The GPLv2 license governs the distribution of software licensed with said
license. It forces anyone who distributes a GPL binary to also distribute the
source code used to build that binary.

If in order to build that particular binary you had to include some other
code, then you have to provide the sources for that code as well. Furthermore,
that code you provide must be distributed in turn under the GPL license. Any
such "added code" becomes part of the thing you distribute and thus
constitutes "derivative work".

The key thing here is that it doesn't matter if the "added code" is just some
bit of extra functionality of if it's the "whole thing" while the GPL code is
just one header. When you build a kernel module, you have use some GPLd
headers at the very least.

This last point technically taints a binary kernel module and forces you to
release all the sources used to build it _and_ release those sources as GPL.

However there are two interesting points here:

1\. Distribution

Notice how the license only mentions distribution. You are allowed to do
whatever you want with a GPL source that you hold on your hands: you can
change it, add some code, link it with other code. There is absolutely nothing
forcing you to immediately release your derivate work to the public and thus
nothing forcing you to release the sources of your derivate work.

This means, that if you build a kernel module on your machine, from a mixture
of sources with GPL and an other licence; you didn't violate the GPL (whether
you violated the other license, it depends on that other license).

Please read very informative:

[http://zfsonlinux.org/faq.html#WhatAboutTheLicensingIssue](http://zfsonlinux.org/faq.html#WhatAboutTheLicensingIssue)

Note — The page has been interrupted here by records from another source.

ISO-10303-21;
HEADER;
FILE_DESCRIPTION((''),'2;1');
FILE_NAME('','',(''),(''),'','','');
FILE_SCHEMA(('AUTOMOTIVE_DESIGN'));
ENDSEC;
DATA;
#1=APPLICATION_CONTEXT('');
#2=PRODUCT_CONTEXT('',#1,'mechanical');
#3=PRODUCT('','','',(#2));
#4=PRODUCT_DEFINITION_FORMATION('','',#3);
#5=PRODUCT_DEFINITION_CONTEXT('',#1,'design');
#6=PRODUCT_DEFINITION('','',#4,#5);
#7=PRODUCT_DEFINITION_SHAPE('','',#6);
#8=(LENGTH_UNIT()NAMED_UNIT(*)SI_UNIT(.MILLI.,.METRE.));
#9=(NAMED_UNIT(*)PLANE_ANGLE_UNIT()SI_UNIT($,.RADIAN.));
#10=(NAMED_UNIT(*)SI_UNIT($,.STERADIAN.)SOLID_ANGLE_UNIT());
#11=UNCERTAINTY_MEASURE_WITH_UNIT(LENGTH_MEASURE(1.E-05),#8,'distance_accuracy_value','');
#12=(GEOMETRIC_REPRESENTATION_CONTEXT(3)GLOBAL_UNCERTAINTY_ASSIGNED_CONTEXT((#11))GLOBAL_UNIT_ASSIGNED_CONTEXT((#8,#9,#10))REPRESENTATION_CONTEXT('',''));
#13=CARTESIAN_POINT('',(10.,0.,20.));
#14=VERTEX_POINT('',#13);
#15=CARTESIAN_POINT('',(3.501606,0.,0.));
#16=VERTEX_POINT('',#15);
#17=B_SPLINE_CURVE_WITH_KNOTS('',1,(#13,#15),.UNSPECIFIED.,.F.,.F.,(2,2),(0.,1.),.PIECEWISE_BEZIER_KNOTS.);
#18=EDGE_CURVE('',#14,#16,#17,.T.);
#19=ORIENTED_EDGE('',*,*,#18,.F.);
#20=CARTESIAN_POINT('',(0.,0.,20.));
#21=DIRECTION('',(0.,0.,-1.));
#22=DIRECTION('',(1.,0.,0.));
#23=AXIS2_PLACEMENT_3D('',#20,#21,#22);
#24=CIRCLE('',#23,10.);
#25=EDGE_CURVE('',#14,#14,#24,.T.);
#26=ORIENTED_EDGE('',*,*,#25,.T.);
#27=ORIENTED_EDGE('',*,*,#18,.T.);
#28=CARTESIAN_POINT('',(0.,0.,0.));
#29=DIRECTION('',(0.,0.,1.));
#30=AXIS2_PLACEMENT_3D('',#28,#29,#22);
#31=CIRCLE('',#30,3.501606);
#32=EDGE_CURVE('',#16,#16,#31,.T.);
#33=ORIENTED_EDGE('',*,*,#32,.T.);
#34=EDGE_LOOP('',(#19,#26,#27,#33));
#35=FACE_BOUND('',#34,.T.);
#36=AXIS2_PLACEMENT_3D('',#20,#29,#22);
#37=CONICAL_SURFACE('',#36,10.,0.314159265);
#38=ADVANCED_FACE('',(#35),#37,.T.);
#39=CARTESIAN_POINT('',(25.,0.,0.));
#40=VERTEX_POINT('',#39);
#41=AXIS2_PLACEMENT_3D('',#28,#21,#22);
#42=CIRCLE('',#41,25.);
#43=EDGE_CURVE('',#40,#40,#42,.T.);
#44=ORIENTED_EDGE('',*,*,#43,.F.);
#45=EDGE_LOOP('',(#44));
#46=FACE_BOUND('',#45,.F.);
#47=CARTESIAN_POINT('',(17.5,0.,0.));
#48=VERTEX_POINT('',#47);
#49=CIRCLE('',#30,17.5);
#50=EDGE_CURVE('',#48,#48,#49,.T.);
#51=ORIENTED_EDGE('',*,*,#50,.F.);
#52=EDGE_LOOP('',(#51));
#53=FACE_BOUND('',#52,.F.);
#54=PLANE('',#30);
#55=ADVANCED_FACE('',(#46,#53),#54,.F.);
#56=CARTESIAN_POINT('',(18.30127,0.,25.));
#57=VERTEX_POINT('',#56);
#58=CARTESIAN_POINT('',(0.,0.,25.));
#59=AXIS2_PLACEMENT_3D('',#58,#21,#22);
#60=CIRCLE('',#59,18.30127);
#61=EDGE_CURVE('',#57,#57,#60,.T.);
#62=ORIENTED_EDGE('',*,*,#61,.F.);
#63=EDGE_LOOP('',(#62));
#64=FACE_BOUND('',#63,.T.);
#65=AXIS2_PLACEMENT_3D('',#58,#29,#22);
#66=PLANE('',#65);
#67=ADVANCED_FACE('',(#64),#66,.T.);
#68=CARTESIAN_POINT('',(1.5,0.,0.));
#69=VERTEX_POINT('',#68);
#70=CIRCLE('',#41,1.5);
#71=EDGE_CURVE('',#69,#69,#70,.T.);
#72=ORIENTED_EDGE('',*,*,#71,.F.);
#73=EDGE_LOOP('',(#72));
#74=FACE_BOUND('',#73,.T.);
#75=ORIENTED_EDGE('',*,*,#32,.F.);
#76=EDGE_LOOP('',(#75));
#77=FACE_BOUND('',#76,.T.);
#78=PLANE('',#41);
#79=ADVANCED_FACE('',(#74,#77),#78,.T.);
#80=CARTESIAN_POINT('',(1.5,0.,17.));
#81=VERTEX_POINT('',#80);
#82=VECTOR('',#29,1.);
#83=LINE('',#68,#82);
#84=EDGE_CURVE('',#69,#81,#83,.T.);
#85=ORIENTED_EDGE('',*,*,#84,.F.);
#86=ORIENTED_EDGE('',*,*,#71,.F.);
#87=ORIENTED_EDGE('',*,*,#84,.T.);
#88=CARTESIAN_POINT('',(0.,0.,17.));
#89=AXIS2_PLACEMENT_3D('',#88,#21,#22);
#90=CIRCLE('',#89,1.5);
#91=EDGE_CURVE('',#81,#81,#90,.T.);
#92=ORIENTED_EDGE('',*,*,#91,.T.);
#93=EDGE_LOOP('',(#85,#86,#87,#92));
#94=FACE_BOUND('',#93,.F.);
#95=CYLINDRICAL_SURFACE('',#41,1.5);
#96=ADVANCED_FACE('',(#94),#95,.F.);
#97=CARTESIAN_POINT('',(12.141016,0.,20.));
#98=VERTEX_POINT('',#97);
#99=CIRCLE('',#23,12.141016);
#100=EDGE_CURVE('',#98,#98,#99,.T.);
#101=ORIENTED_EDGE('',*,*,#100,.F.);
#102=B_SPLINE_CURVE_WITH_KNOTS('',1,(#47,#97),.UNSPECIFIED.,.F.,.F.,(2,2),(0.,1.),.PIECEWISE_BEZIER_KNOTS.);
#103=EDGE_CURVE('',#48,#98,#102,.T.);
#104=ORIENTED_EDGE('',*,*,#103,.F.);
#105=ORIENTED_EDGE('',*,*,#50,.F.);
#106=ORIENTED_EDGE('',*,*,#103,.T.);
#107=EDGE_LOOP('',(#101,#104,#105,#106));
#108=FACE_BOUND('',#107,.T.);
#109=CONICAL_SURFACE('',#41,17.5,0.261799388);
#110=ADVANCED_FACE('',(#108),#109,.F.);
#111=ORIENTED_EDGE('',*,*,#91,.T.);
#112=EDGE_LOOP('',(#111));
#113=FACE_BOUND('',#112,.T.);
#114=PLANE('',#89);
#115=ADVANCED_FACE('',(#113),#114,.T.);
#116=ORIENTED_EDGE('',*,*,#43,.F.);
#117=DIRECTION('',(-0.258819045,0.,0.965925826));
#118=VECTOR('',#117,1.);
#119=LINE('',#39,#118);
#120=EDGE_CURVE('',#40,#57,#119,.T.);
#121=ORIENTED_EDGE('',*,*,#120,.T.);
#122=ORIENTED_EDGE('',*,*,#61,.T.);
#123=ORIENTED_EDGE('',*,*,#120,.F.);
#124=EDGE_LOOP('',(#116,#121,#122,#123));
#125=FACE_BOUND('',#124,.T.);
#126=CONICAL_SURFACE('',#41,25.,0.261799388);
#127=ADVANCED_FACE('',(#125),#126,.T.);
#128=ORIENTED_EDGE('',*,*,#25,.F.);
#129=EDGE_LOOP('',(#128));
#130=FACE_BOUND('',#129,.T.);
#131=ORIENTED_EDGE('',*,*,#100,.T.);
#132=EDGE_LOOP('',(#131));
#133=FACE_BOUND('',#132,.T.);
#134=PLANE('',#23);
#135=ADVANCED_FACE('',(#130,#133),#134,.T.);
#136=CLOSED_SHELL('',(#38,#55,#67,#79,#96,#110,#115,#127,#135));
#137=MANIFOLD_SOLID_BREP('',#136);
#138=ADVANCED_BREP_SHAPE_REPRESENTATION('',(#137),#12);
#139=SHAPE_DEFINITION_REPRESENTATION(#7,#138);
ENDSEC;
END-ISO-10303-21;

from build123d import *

# Parameters (mm, degrees)
SKETCH_R        = 25
PAD_DEPTH       = 25
PAD_TAPER       = 15
SKETCH001_R     = 17.5
POCKET_DEPTH    = 20
POCKET_TAPER    = 15
SKETCH002_R     = 10
PAD001_DEPTH    = 20
PAD001_TAPER    = 18
SKETCH003_R     = 1.5
POCKET001_DEPTH = 17


with BuildPart() as part:
    # Sketch → Pad (new body)
    with BuildSketch(Plane.XY):
        Circle(SKETCH_R)
    extrude(amount=PAD_DEPTH, taper=PAD_TAPER)

    # Sketch001 (on Face2 of Pad) → Pocket (cut)
    with BuildSketch(Plane(origin=(0, 0, 0), x_dir=(1, 0, 0), z_dir=(0, 0, -1))):
        Circle(SKETCH001_R)
    extrude(amount=-POCKET_DEPTH, taper=POCKET_TAPER, mode=Mode.SUBTRACT)

    # Sketch002 (on Face5 of Pocket) → Pad001 (join)
    with BuildSketch(Plane(origin=(0, 0, 20), x_dir=(1, 0, 0), z_dir=(0, 0, -1))):
        Circle(SKETCH002_R)
    extrude(amount=PAD001_DEPTH, taper=PAD001_TAPER)

    # Sketch003 (on Face7 of Pad001) → Pocket001 (cut)
    with BuildSketch(Plane(origin=(0, 0, 0), x_dir=(1, 0, 0), z_dir=(0, 0, -1))):
        Circle(SKETCH003_R)
    extrude(amount=-POCKET001_DEPTH, mode=Mode.SUBTRACT)


solid = part.part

TL;DR: ^^^ In the case of the kernel, this prevents us from distributing ZFS
as part of the kernel binary. However, there is nothing in either license that
prevents distributing it in the form of a binary module or in the form of
source code.

2\. Exemptions

[http://www.gnu.org/licenses/old-
licenses/gpl-2.0.en.html](http://www.gnu.org/licenses/old-
licenses/gpl-2.0.en.html)

    
    
        However, as a special exception, the source code distributed need not include anything that is normally distributed (in either source or binary form) with the major components (compiler, kernel, and so on) of the operating system on which the executable runs, unless that component itself accompanies the executable.
    

This has a much less clear interpretation in the context of kernel modules.
This clause is mainly intended to allow you to use GPL software on a
proprietary operating systems as well as running proprietary software on GPL
operating systems. You can compile it: which means you can include headers
provided by the compiler and OS. And you can run it: which means you can
invoke system calls and/or link it with possibly proprietary libraries that
make up the main interface.

I have no idea whether in the context of a kernel module, the kernel internal
API can fall under this category, given that it's arguable that it doesn't
make up the "main interface" of the linux OS.

\----

How does this relate to the article from canonical ?

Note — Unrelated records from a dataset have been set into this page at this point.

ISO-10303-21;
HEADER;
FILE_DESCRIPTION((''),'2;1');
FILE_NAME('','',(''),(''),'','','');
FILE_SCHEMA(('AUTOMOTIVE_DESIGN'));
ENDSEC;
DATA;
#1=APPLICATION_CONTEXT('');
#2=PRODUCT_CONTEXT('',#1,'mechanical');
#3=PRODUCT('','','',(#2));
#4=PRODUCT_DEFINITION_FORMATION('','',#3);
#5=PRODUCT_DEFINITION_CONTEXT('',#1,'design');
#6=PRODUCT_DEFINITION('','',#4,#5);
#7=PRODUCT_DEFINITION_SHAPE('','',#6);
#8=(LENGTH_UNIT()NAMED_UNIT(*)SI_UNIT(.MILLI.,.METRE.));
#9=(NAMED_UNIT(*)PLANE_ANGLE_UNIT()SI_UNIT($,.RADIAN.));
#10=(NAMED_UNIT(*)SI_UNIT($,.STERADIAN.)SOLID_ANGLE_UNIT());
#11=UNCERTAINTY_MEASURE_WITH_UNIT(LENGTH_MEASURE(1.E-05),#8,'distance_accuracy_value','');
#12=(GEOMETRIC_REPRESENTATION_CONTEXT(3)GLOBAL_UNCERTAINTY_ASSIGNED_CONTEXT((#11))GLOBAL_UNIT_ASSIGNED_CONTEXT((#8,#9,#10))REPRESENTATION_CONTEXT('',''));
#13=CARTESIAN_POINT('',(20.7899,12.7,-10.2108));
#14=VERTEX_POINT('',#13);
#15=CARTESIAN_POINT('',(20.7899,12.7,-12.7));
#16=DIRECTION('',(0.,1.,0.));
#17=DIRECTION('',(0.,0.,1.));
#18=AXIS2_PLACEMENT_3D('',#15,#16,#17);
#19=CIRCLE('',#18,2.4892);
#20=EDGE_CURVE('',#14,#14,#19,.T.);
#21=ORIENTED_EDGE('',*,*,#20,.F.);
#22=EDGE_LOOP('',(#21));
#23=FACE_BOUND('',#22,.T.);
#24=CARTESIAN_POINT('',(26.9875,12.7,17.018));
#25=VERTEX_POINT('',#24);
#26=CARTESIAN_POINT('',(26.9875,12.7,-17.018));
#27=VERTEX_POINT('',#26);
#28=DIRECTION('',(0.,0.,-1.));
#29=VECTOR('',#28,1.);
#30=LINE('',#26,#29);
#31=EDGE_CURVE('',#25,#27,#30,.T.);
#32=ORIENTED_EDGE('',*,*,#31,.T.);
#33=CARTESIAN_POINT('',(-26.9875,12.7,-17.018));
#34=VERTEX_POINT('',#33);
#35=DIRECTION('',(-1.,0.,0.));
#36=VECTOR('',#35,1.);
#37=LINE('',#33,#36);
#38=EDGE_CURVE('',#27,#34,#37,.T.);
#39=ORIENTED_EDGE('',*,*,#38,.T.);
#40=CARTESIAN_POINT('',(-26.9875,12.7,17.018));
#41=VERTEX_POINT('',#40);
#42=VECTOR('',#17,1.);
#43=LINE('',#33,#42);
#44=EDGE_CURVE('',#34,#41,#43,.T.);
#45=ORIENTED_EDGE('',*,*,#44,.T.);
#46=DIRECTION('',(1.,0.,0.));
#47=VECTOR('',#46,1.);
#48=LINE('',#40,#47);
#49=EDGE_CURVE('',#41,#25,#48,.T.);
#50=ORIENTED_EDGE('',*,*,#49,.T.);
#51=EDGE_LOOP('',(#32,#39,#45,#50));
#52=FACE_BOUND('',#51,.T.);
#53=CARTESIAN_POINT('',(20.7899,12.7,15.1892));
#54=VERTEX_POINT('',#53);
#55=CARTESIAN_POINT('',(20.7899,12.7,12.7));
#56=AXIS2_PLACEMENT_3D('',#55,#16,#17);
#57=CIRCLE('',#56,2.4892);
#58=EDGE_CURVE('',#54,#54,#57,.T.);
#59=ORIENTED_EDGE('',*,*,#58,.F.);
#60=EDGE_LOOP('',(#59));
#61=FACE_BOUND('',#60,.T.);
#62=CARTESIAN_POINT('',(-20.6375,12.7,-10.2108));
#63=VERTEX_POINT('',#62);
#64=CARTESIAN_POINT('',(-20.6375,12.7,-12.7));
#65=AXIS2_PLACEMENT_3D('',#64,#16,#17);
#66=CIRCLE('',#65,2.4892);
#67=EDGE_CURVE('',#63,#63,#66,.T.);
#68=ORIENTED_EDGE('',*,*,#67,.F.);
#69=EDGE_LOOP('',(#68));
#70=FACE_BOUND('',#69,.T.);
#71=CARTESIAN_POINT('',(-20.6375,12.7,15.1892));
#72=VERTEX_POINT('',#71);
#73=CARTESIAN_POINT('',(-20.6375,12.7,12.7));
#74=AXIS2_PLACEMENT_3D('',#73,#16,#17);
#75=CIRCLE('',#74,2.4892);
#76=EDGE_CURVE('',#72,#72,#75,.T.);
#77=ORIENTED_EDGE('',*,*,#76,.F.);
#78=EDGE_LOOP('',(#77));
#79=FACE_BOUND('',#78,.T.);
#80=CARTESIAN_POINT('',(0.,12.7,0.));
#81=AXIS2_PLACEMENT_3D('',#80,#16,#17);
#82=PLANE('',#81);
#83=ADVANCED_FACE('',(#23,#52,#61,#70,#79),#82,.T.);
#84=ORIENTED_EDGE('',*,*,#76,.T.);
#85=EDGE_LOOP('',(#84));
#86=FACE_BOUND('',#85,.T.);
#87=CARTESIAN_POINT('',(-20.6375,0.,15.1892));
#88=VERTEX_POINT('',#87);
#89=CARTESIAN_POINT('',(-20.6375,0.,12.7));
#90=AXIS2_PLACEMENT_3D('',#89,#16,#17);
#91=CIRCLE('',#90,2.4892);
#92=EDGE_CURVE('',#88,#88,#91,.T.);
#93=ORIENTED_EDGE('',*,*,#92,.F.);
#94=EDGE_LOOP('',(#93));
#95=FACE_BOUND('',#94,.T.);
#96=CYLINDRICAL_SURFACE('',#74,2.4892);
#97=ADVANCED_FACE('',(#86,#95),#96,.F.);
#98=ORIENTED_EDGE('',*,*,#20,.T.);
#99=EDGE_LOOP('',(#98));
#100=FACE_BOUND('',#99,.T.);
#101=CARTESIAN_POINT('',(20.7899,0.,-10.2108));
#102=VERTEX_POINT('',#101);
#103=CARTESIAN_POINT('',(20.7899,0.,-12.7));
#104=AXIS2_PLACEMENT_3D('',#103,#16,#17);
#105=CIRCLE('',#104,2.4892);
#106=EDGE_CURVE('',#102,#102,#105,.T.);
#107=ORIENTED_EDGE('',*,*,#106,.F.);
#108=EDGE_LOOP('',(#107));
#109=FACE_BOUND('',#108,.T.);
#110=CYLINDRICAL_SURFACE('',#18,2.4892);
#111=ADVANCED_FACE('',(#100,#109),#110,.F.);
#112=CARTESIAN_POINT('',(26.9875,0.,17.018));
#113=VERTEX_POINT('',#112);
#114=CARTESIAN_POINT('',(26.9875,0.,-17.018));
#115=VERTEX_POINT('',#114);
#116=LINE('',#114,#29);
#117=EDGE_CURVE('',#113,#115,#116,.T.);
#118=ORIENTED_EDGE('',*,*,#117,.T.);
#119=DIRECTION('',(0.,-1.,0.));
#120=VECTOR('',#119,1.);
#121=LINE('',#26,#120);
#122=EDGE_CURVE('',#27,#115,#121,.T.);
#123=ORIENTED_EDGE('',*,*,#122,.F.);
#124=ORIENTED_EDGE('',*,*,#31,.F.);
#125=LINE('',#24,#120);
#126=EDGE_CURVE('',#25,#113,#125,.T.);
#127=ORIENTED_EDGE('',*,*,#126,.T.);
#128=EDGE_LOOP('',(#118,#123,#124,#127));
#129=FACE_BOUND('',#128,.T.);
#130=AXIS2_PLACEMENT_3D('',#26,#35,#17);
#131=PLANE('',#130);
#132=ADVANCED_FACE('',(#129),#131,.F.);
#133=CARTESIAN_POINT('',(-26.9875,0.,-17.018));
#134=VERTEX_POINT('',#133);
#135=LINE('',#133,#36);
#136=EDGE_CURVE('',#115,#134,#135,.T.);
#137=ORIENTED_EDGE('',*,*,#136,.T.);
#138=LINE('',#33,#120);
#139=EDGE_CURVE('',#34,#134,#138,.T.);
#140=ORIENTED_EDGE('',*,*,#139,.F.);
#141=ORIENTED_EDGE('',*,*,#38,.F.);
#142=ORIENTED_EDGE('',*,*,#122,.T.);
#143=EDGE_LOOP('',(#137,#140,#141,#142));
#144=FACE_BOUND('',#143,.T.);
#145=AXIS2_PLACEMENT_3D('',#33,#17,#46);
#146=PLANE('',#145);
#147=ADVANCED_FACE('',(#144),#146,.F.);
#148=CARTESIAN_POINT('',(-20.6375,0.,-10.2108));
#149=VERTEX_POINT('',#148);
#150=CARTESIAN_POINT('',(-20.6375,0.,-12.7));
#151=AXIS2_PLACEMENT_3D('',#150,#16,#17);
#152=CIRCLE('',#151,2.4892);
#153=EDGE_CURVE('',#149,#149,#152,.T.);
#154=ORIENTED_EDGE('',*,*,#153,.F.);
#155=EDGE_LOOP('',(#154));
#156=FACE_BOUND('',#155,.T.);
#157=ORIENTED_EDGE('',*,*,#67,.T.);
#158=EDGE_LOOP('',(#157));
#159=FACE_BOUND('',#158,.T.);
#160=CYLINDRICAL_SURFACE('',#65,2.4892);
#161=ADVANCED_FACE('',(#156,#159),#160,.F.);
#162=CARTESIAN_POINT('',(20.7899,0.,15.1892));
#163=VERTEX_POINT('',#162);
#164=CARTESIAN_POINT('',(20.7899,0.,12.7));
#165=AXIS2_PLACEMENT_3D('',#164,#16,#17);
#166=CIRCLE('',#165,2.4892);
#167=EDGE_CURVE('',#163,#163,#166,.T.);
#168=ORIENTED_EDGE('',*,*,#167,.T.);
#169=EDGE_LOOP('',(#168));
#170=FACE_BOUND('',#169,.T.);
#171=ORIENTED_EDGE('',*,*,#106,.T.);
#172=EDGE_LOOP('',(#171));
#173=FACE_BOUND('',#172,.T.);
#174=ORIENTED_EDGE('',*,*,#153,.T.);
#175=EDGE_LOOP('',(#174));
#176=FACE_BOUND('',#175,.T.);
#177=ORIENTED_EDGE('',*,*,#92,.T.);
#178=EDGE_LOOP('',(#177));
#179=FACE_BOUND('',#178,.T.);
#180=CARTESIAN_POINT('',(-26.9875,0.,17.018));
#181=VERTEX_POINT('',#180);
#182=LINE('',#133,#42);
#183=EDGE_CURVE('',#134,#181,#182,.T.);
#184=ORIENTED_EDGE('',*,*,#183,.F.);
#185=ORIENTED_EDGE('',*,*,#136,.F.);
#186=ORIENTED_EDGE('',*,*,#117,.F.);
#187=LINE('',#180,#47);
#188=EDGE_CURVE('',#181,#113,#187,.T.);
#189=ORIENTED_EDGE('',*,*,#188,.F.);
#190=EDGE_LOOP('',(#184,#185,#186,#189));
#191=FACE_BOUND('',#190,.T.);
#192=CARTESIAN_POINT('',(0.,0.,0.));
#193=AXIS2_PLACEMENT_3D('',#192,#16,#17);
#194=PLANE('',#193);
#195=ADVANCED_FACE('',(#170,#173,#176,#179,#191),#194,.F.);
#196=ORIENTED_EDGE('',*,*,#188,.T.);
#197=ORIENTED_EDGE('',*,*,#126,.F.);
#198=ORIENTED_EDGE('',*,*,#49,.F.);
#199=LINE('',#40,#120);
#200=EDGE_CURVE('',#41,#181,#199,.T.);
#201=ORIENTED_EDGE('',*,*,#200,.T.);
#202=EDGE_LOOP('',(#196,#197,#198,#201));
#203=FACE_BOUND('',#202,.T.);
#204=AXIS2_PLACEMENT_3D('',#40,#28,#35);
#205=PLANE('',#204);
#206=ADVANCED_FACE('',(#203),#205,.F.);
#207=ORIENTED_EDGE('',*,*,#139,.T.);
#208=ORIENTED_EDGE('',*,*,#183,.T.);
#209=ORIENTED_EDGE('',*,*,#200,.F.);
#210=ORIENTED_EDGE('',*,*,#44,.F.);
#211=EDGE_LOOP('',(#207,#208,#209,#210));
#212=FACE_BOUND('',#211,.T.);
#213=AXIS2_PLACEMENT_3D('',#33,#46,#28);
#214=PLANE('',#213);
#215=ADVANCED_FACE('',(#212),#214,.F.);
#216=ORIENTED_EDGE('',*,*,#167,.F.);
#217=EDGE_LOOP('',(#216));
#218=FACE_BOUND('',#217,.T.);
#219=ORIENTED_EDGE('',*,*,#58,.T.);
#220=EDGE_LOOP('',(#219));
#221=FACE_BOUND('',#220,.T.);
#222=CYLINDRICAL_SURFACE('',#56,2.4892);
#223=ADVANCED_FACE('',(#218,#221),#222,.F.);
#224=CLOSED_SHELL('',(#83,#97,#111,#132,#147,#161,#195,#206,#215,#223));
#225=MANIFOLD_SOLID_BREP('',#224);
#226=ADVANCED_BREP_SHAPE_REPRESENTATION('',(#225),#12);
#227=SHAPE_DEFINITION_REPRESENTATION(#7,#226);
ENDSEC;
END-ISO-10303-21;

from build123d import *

# Parameters (mm, degrees)
SKETCH1_W              = 53.975
SKETCH1_H              = 34.036
BOSS_EXTRUDE1_DEPTH    = 12.7
F_10_CLEARANCE_HOLE1_D = 4.9784


with BuildPart() as part:
    # Sketch1 → Boss-Extrude1 (new body)
    with BuildSketch(Plane(origin=(0, 0, 0), x_dir=(1, 0, 0), z_dir=(0, 1, 0))):
        Rectangle(SKETCH1_W, SKETCH1_H)
    extrude(amount=BOSS_EXTRUDE1_DEPTH)

    # #10 Clearance Hole1 (through all)
    with Locations(Plane(origin=(0, 12.7, 0), x_dir=(1, 0, 0), z_dir=(0, 1, 0))):
        with Locations((-20.6375, 12.7), (-20.6375, -12.7), (20.7899, -12.7), (20.7899, 12.7)):
            Hole(F_10_CLEARANCE_HOLE1_D / 2)


solid = part.part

They are claiming something entirely different. They claim that the ZFS kernel
module is "evidently" not a derivate work on the grounds that it's self
contained and they cite existing exemptions for other binary drivers such as
those by nvidia.

They don't explicitly mention the exemption on the aforementioned point in the
GPLv2 license text.

Thus, it's not clear how this will affect the observation of the GPL license
and whether it will set a precedent at least for all cases where one can argue
that the binary blob is linked against an well define interface that is meant
to provide an "execution environment". (e.g. plugins, kernel modules, binaries
running inside an OS). Not sure if setting this precedent will eventually
erode the general case of linking though.

The line is thin, but I would have preferred some more explicit reasoning
instead of "we have concluded that we are acting within the rights " and "is
clearly not a derivative work", and finishing with a "As we have already
reached the conclusion, we are not interested in debating license
compatibility".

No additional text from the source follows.